狼牙箭锋利的箭簇擦过皮甲,呲一声擦出长长一条的白印。
旦也不是然被动,拧腰之时,手上短剑立时脱手飞出,如黑光掠空,径直扎穿了弓手胸膛。
那弓手瞪大了双眼趔趄后退,只两步,口鼻溢血,仰面躺倒。
然而没了剑的旦损失同样惨重,左一持斧的扑将上来,倒地的柴刀也站起身子。
旦不及细想,架起双臂护住头脸,猛地冲向柴刀,可才迈出步,便被咬牙起身的左二死死抱住腰际。
冲势尽竭,场面胶着,四人瞬间扭打在一起,战作一团。
一人势弱,李恪握紧镰刀准备冲上去帮忙,尚未迈步就感到背后有视线寻绕。
他悚然回身,看到另一侧驿道尽头又走出来两个贼人,一手拎着串绳的酒坛,一手举着燃烧的火把。他们正以飞快的速度急趋靠近。
两面都有埋伏!
李恪瞪大眼,还来不及感到怕,其中一个贼人便已经有了动作。
他高喝一声,停步甩臂,人头大小的酒坛被高高甩出来,在空中翻滚着砸向粮车。
谁也不知道泥封的酒坛里装着什么,谁也不敢让它落在粮车上。
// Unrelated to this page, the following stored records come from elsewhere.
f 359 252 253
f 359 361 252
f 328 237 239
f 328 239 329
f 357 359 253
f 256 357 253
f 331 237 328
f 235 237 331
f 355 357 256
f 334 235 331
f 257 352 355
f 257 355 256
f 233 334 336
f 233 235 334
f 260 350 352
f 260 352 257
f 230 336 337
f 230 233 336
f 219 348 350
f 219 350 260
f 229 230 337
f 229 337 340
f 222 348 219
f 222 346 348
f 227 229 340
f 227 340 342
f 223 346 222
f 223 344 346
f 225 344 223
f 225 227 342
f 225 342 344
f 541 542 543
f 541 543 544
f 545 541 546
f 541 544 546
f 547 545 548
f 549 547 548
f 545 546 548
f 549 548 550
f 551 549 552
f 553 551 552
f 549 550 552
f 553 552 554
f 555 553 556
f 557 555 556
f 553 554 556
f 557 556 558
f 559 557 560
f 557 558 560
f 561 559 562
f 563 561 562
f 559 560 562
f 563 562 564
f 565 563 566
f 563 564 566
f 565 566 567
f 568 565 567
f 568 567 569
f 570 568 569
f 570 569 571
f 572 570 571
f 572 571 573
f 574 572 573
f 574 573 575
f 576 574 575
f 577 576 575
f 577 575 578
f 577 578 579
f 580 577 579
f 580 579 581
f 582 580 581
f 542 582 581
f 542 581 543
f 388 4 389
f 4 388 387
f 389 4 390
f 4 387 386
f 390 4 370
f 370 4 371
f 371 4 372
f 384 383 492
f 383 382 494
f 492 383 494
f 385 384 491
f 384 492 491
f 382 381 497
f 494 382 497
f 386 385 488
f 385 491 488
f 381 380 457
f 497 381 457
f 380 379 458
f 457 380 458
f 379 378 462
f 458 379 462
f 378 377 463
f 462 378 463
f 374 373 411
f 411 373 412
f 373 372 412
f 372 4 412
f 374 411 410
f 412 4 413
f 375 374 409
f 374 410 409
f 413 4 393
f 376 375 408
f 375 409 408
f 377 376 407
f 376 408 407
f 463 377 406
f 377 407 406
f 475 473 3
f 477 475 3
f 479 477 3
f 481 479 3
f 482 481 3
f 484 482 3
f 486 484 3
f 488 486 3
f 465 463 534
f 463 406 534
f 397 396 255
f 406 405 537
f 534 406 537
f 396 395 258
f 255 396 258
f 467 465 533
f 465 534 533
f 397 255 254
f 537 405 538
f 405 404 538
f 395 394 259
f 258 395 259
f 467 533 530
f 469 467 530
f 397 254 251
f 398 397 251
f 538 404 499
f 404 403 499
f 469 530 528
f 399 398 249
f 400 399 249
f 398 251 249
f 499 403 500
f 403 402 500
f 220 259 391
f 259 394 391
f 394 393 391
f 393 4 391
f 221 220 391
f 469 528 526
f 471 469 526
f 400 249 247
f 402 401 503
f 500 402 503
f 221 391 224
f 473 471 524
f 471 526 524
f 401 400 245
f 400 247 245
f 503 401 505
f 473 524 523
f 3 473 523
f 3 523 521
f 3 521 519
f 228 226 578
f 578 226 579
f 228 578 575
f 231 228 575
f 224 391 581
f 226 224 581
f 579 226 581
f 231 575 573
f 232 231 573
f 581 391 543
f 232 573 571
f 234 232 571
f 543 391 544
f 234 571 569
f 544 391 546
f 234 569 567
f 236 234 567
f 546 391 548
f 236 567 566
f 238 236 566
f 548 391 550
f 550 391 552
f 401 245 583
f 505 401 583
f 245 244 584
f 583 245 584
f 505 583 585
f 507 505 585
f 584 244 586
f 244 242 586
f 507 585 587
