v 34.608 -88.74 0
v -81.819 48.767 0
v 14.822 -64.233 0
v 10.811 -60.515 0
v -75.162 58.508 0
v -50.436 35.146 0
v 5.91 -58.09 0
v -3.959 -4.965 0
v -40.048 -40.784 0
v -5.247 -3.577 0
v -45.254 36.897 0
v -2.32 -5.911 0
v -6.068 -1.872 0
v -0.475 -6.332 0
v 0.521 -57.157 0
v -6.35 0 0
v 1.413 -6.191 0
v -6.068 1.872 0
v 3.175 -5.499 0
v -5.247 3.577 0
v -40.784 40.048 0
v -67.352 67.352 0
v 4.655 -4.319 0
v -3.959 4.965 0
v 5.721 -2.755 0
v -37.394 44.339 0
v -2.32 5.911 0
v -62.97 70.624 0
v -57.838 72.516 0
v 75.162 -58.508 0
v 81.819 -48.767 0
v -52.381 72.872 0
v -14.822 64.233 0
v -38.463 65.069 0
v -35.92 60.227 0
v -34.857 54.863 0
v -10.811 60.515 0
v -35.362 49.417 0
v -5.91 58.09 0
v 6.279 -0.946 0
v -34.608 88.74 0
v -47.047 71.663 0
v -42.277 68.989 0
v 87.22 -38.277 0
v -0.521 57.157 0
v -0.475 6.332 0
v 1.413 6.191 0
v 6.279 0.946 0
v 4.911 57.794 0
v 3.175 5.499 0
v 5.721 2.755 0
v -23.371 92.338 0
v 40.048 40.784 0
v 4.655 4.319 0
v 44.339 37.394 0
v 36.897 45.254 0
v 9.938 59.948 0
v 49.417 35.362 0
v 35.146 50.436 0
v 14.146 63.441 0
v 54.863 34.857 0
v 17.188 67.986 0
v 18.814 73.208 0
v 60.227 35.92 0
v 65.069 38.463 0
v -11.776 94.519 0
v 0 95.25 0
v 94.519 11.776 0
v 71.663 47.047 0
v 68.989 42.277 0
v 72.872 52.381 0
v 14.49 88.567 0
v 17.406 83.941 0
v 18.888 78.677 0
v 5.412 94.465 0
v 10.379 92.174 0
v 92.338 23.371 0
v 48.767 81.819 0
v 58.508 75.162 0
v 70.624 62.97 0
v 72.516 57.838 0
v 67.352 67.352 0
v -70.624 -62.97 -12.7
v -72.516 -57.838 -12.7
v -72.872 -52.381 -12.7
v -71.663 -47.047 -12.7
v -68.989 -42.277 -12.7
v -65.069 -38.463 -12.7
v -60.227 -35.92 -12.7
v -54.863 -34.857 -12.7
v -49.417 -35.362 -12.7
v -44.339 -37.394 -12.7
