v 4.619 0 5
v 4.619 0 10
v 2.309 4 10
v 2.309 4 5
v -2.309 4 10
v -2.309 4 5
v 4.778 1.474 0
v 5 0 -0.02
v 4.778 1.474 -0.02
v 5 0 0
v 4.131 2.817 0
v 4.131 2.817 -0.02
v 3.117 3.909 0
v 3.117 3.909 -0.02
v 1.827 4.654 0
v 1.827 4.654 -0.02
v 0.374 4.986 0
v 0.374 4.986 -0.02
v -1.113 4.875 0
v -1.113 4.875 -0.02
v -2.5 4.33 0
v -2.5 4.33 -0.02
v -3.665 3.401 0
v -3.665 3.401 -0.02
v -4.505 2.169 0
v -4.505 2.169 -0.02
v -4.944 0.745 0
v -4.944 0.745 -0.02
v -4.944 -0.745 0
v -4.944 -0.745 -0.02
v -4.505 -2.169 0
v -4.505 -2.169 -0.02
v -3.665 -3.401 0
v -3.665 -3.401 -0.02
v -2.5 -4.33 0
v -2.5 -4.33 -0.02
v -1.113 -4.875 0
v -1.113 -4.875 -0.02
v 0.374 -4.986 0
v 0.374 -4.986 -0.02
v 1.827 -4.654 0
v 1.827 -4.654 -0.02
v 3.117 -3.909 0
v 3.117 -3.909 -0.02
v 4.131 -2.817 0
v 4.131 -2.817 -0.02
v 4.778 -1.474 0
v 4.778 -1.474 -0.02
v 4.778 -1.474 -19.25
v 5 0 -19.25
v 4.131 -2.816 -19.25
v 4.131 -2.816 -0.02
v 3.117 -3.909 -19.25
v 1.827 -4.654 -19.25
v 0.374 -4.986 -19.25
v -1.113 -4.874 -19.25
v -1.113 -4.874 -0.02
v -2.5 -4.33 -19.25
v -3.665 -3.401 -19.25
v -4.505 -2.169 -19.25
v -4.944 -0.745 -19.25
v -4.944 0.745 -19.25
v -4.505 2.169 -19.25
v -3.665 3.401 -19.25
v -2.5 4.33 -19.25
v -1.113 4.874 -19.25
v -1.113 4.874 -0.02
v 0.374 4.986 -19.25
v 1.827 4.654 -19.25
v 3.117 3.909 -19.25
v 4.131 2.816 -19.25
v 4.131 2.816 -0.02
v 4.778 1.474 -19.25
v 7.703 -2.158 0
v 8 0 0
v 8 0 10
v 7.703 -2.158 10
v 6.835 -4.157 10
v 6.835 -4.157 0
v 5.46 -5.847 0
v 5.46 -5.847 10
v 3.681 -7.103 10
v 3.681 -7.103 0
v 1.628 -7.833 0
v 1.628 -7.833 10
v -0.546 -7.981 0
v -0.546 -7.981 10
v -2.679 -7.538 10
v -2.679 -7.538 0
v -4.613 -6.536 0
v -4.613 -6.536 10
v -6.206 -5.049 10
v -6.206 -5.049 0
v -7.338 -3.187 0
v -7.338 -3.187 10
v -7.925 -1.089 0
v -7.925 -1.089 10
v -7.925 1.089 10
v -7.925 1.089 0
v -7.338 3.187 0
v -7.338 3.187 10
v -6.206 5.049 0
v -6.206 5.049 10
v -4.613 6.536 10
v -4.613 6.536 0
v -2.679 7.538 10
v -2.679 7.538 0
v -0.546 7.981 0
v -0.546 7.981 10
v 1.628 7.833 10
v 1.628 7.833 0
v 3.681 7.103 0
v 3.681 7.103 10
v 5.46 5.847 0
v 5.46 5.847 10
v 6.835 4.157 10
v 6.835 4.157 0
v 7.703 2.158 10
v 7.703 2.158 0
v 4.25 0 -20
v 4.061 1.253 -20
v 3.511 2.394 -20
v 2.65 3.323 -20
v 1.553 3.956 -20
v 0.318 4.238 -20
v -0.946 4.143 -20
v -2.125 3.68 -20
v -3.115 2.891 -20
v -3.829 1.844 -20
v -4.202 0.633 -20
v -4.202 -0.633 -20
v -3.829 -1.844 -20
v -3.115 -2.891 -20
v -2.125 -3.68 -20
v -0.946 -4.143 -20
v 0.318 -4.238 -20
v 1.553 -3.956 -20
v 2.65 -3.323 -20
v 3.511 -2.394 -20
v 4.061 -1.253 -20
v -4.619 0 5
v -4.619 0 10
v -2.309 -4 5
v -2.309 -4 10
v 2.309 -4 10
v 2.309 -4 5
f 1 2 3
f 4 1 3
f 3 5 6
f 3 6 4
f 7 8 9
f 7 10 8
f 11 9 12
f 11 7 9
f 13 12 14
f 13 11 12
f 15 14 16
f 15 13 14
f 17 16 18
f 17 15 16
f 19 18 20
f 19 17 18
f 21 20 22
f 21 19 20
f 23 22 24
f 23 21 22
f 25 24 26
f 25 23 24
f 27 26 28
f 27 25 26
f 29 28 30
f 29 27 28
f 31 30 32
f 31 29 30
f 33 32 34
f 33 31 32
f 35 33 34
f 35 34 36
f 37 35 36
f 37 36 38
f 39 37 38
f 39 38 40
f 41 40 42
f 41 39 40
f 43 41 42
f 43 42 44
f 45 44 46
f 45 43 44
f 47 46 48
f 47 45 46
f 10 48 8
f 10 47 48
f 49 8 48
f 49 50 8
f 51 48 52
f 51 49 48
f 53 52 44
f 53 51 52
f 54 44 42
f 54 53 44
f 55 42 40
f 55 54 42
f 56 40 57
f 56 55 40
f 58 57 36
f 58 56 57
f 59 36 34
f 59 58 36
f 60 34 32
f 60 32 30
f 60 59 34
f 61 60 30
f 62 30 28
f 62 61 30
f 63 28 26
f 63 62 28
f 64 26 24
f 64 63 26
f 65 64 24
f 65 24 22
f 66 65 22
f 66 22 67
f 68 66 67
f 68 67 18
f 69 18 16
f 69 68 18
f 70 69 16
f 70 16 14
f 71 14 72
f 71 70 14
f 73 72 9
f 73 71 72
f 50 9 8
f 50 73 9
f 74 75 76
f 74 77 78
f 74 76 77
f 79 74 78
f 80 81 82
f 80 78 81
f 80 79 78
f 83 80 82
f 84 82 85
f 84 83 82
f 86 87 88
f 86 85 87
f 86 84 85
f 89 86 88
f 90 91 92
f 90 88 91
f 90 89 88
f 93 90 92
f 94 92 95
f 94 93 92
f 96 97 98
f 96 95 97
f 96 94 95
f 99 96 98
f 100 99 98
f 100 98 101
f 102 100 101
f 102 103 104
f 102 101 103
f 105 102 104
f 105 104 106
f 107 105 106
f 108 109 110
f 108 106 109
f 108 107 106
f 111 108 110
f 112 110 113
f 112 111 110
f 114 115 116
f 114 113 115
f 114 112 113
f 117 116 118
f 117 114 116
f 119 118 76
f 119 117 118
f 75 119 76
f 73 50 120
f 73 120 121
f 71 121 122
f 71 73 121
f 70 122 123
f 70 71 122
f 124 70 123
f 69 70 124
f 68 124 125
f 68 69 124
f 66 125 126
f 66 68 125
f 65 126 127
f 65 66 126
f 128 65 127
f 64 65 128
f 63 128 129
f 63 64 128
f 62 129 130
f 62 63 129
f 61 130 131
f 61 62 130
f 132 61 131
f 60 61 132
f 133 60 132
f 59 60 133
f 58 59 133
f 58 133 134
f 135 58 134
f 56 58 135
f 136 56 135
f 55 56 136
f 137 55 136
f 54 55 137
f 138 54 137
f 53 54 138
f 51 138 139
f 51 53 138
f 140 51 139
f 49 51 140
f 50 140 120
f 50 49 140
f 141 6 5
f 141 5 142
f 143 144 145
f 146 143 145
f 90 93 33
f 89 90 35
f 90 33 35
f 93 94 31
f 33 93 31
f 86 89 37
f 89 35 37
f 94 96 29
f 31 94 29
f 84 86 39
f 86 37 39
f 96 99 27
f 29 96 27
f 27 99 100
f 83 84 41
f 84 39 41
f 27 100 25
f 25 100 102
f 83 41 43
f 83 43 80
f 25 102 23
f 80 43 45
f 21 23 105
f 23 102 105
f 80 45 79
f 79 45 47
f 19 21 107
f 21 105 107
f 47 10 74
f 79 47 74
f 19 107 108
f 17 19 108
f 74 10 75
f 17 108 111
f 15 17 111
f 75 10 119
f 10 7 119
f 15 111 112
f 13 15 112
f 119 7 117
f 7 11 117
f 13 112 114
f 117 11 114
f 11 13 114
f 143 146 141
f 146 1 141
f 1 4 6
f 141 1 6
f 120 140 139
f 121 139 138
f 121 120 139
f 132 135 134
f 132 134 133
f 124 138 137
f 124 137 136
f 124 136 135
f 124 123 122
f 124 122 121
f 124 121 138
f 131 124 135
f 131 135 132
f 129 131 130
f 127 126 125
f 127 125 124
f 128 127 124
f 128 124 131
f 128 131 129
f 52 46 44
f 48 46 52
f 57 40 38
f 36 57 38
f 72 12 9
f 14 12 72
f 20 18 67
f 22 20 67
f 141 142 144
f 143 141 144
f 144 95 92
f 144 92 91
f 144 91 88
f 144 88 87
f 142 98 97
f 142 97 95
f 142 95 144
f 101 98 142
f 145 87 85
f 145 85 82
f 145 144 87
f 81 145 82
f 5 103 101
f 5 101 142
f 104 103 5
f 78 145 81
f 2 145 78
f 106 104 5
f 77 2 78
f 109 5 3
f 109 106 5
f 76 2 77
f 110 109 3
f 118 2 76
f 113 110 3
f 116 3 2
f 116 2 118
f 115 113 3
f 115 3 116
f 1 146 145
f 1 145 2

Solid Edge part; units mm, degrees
sketch "Sketch1" plane through (0, 0, 0) normal (0, 0, 1) x (1, 0, 0)
  circle A0 centre (0, 0) radius 8
  dimension "D1" = 16
extrude "Protrusion1" add sketch "Sketch1" along normal blind 10
sketch "Sketch2" plane through (0, 0, 0) normal (0, 0, -1) x (1, 0, 0)
  circle A0 centre (0, 0) radius 5
extrude "Protrusion2" add sketch "Sketch2" along normal blind 20
sketch "Sketch3" plane through (0, 0, -20) normal (0, 0, -1) x (1, 0, 0)
  circle A0 centre (0, 0) radius 4.9997
extrude "Cutout1" cut sketch "Sketch3" against normal blind 19.98 flip side to cut
chamfer "Chamfer_1" distance 0.75 angle 45 1 edges at (-4.9997, 0, -20)
sketch "Sketch4" plane through (0, 0, 10) normal (0, 0, 1) x (1, 0, 0)
  line L0 (-2.3094, 4) -> (2.3094, 4)
  line L1 (4.6188, 0) -> (2.3094, 4)
  line L2 (2.3094, -4) -> (4.6188, 0)
  line L3 (-2.3094, -4) -> (2.3094, -4)
  line L4 (-4.6188, 0) -> (-2.3094, -4)
  line L5 (-2.3094, 4) -> (-4.6188, 0)
  dimension "D1" = 8
extrude "Cutout2" cut sketch "Sketch4" against normal blind 5
properties part number "24104591"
李恪下意识举起长镰,像射标枪似地射出镰刀,长镰飞射,正中在酒坛侧面。
那酒坛行进间偏离了轨迹,向着一旁斜斜飞出,砸在地上轰碎,有股腥腻的气味随着风飘散出来。
旦才卸掉三个对手的兵器,光拳空脚以一敌三,突然闻到那股气味,当即面色大变。